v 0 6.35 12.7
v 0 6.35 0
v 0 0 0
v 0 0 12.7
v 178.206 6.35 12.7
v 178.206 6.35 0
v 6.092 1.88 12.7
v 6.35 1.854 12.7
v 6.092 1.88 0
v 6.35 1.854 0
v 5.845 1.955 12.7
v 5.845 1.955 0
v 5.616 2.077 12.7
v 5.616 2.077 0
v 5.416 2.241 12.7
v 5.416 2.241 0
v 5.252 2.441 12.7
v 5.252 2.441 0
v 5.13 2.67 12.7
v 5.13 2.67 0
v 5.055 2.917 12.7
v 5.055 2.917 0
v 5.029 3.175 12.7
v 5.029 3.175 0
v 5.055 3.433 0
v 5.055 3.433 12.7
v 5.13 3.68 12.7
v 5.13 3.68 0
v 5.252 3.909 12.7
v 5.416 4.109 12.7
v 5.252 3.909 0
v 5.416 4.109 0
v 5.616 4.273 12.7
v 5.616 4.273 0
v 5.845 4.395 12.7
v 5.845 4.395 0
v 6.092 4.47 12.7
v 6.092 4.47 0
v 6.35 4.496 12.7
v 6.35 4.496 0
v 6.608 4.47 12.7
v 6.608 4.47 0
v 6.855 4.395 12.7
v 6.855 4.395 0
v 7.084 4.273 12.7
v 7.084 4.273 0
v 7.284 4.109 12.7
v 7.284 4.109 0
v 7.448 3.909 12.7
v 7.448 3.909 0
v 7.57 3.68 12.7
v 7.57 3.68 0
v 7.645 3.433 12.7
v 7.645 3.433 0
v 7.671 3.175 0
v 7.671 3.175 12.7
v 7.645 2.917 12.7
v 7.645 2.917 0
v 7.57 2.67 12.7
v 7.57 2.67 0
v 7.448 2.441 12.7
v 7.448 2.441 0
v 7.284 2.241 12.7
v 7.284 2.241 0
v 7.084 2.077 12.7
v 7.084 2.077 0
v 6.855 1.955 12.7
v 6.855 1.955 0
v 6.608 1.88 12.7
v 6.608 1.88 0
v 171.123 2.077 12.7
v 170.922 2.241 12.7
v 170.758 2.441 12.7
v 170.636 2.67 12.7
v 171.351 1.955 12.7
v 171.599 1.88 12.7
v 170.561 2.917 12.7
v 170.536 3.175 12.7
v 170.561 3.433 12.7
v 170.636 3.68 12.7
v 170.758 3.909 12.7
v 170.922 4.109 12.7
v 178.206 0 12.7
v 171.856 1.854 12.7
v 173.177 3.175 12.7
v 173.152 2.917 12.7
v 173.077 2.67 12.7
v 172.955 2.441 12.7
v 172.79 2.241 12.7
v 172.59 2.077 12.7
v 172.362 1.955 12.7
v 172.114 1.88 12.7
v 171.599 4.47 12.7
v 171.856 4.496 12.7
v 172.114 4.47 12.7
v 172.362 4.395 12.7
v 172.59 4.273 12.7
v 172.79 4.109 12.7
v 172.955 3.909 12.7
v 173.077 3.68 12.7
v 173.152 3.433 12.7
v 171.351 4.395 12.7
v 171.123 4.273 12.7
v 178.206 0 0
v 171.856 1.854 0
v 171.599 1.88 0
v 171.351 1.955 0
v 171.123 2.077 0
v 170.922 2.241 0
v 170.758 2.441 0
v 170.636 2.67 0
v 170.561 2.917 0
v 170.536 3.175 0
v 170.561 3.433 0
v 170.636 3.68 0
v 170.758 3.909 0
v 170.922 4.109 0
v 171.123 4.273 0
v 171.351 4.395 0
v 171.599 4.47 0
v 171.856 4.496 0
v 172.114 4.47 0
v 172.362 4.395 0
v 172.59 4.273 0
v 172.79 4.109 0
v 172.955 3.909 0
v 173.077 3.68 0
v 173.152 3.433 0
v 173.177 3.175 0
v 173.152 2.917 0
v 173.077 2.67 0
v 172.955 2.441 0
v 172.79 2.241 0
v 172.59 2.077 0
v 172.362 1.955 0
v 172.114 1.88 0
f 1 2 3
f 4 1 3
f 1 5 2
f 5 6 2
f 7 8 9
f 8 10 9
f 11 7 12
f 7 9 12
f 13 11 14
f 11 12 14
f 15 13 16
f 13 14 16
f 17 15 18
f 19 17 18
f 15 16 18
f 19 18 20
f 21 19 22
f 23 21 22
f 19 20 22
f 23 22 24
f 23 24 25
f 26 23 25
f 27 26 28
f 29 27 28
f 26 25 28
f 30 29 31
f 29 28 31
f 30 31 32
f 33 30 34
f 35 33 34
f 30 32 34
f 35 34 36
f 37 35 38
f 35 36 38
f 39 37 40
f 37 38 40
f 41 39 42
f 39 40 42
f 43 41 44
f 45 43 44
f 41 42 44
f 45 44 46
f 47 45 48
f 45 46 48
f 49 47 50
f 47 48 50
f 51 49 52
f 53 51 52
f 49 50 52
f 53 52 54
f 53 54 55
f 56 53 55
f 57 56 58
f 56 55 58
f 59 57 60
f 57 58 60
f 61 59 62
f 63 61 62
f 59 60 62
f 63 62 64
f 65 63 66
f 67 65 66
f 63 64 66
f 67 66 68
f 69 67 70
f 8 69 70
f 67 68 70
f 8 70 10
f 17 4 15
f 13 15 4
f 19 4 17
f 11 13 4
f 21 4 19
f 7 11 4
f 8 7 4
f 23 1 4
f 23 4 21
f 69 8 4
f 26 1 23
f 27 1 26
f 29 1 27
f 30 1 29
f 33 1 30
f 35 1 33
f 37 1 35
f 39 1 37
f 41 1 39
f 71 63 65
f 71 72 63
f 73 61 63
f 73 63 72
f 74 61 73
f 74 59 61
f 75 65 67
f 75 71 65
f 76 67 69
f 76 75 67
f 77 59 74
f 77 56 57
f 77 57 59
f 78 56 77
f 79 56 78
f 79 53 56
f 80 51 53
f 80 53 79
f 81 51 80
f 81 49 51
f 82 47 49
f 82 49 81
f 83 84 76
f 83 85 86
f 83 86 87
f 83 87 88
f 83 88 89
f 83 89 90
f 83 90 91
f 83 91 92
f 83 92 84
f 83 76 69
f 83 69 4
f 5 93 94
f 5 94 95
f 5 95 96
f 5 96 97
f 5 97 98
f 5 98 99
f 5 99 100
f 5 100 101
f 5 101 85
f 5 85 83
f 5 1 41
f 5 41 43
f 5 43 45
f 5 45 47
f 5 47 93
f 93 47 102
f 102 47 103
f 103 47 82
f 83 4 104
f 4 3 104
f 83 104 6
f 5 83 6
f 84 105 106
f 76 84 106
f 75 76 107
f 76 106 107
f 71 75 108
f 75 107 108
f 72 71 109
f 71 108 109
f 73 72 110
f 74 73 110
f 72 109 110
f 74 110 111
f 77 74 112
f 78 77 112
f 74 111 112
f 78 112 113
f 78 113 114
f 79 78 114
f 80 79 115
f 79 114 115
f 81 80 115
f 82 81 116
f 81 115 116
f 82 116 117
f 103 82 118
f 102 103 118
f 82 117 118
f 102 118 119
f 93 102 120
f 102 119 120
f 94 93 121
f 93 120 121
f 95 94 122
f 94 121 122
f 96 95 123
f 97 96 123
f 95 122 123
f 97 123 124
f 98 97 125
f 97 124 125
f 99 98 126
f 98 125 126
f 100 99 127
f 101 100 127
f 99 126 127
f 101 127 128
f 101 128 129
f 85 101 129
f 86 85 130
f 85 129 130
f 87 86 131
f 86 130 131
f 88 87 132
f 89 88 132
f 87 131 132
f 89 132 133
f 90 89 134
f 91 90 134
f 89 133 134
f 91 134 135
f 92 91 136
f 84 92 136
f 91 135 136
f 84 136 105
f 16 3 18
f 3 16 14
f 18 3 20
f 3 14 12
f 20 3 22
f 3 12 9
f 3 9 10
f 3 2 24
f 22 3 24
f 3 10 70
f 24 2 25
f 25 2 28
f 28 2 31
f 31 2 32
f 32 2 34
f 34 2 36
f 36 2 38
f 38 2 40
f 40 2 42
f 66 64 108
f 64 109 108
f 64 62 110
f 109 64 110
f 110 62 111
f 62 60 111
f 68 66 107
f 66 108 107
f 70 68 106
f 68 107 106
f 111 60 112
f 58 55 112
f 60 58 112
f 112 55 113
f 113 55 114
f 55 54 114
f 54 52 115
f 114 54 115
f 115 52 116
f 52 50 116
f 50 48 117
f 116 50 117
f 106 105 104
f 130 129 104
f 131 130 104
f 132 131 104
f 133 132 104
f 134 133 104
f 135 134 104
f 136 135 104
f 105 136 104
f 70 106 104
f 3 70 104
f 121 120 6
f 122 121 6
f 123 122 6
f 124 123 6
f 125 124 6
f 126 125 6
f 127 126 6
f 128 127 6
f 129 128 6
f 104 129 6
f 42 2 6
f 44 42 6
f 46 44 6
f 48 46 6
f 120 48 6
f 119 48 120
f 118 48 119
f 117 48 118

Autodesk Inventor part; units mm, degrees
ref_plane "YZ Plane" through (0, 0, 0) normal (1, 0, 0) x (0, 1, 0)
ref_plane "XZ Plane" through (0, 0, 0) normal (0, 1, 0) x (-1, 0, 0)
ref_plane "XY Plane" through (0, 0, 0) normal (0, 0, 1) x (1, 0, 0)
sketch "Sketch1" plane through (0, 0, 0) normal (0, 0, 1) x (1, 0, 0)
  line L0 (0, 0) -> (178.2064, 0)
  line L1 (178.2064, 0) -> (178.2064, 6.35)
  line L2 (178.2064, 6.35) -> (0, 6.35)
  line L3 (0, 6.35) -> (0, 0)
  dimension "d0" = 178.2064
  dimension "d1" = 6.35
extrude "Extrusion1" add sketch "Sketch1" along normal blind 12.7
sketch "Sketch2" plane through (0, 0, 12.7) normal (0, 0, 1) x (1, 0, 0)
  line L0 (0, 6.35) -> (0, 0) projected
  line L1 (0, 3.175) -> (6.35, 3.175)
  line L2 (178.2064, 0) -> (178.2064, 6.35) projected
  line L3 (178.2064, 3.175) -> (171.8564, 3.175)
  circle A0 centre (171.8564, 3.175) radius 1.778
  circle A1 centre (6.35, 3.175) radius 1.778
  dimension "d4" = 6.35
  dimension "d5" = 6.35
  dimension "d6" = 3.556
  dimension "d7" = 3.556
hole "Hole1" at (6.35, 3.175, 12.7) at (171.8564, 3.175, 12.7) direction (0, 0, -1) diameter 2.6416 depth 12.7 tip angle 118 thread size "6-32 UNC" class "2B" standard "ANSI Unified Screw Threads"
properties part number "GlyphPlateBackSide"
-----
§ WHAT THIS TASK INVOLVES:
Up to and including the line with "v 7.57 2.67 0", transcribe the entries above exactly, starting from their first line.

§ EXERCISE ANSWER:
v 0 6.35 12.7
v 0 6.35 0
v 0 0 0
v 0 0 12.7
v 178.206 6.35 12.7
v 178.206 6.35 0
v 6.092 1.88 12.7
v 6.35 1.854 12.7
v 6.092 1.88 0
v 6.35 1.854 0
v 5.845 1.955 12.7
v 5.845 1.955 0
v 5.616 2.077 12.7
v 5.616 2.077 0
v 5.416 2.241 12.7
v 5.416 2.241 0
v 5.252 2.441 12.7
v 5.252 2.441 0
v 5.13 2.67 12.7
v 5.13 2.67 0
v 5.055 2.917 12.7
v 5.055 2.917 0
v 5.029 3.175 12.7
v 5.029 3.175 0
v 5.055 3.433 0
v 5.055 3.433 12.7
v 5.13 3.68 12.7
v 5.13 3.68 0
v 5.252 3.909 12.7
v 5.416 4.109 12.7
v 5.252 3.909 0
v 5.416 4.109 0
v 5.616 4.273 12.7
v 5.616 4.273 0
v 5.845 4.395 12.7
v 5.845 4.395 0
v 6.092 4.47 12.7
v 6.092 4.47 0
v 6.35 4.496 12.7
v 6.35 4.496 0
v 6.608 4.47 12.7
v 6.608 4.47 0
v 6.855 4.395 12.7
v 6.855 4.395 0
v 7.084 4.273 12.7
v 7.084 4.273 0
v 7.284 4.109 12.7
v 7.284 4.109 0
v 7.448 3.909 12.7
v 7.448 3.909 0
v 7.57 3.68 12.7
v 7.57 3.68 0
v 7.645 3.433 12.7
v 7.645 3.433 0
v 7.671 3.175 0
v 7.671 3.175 12.7
v 7.645 2.917 12.7
v 7.645 2.917 0
v 7.57 2.67 12.7
v 7.57 2.67 0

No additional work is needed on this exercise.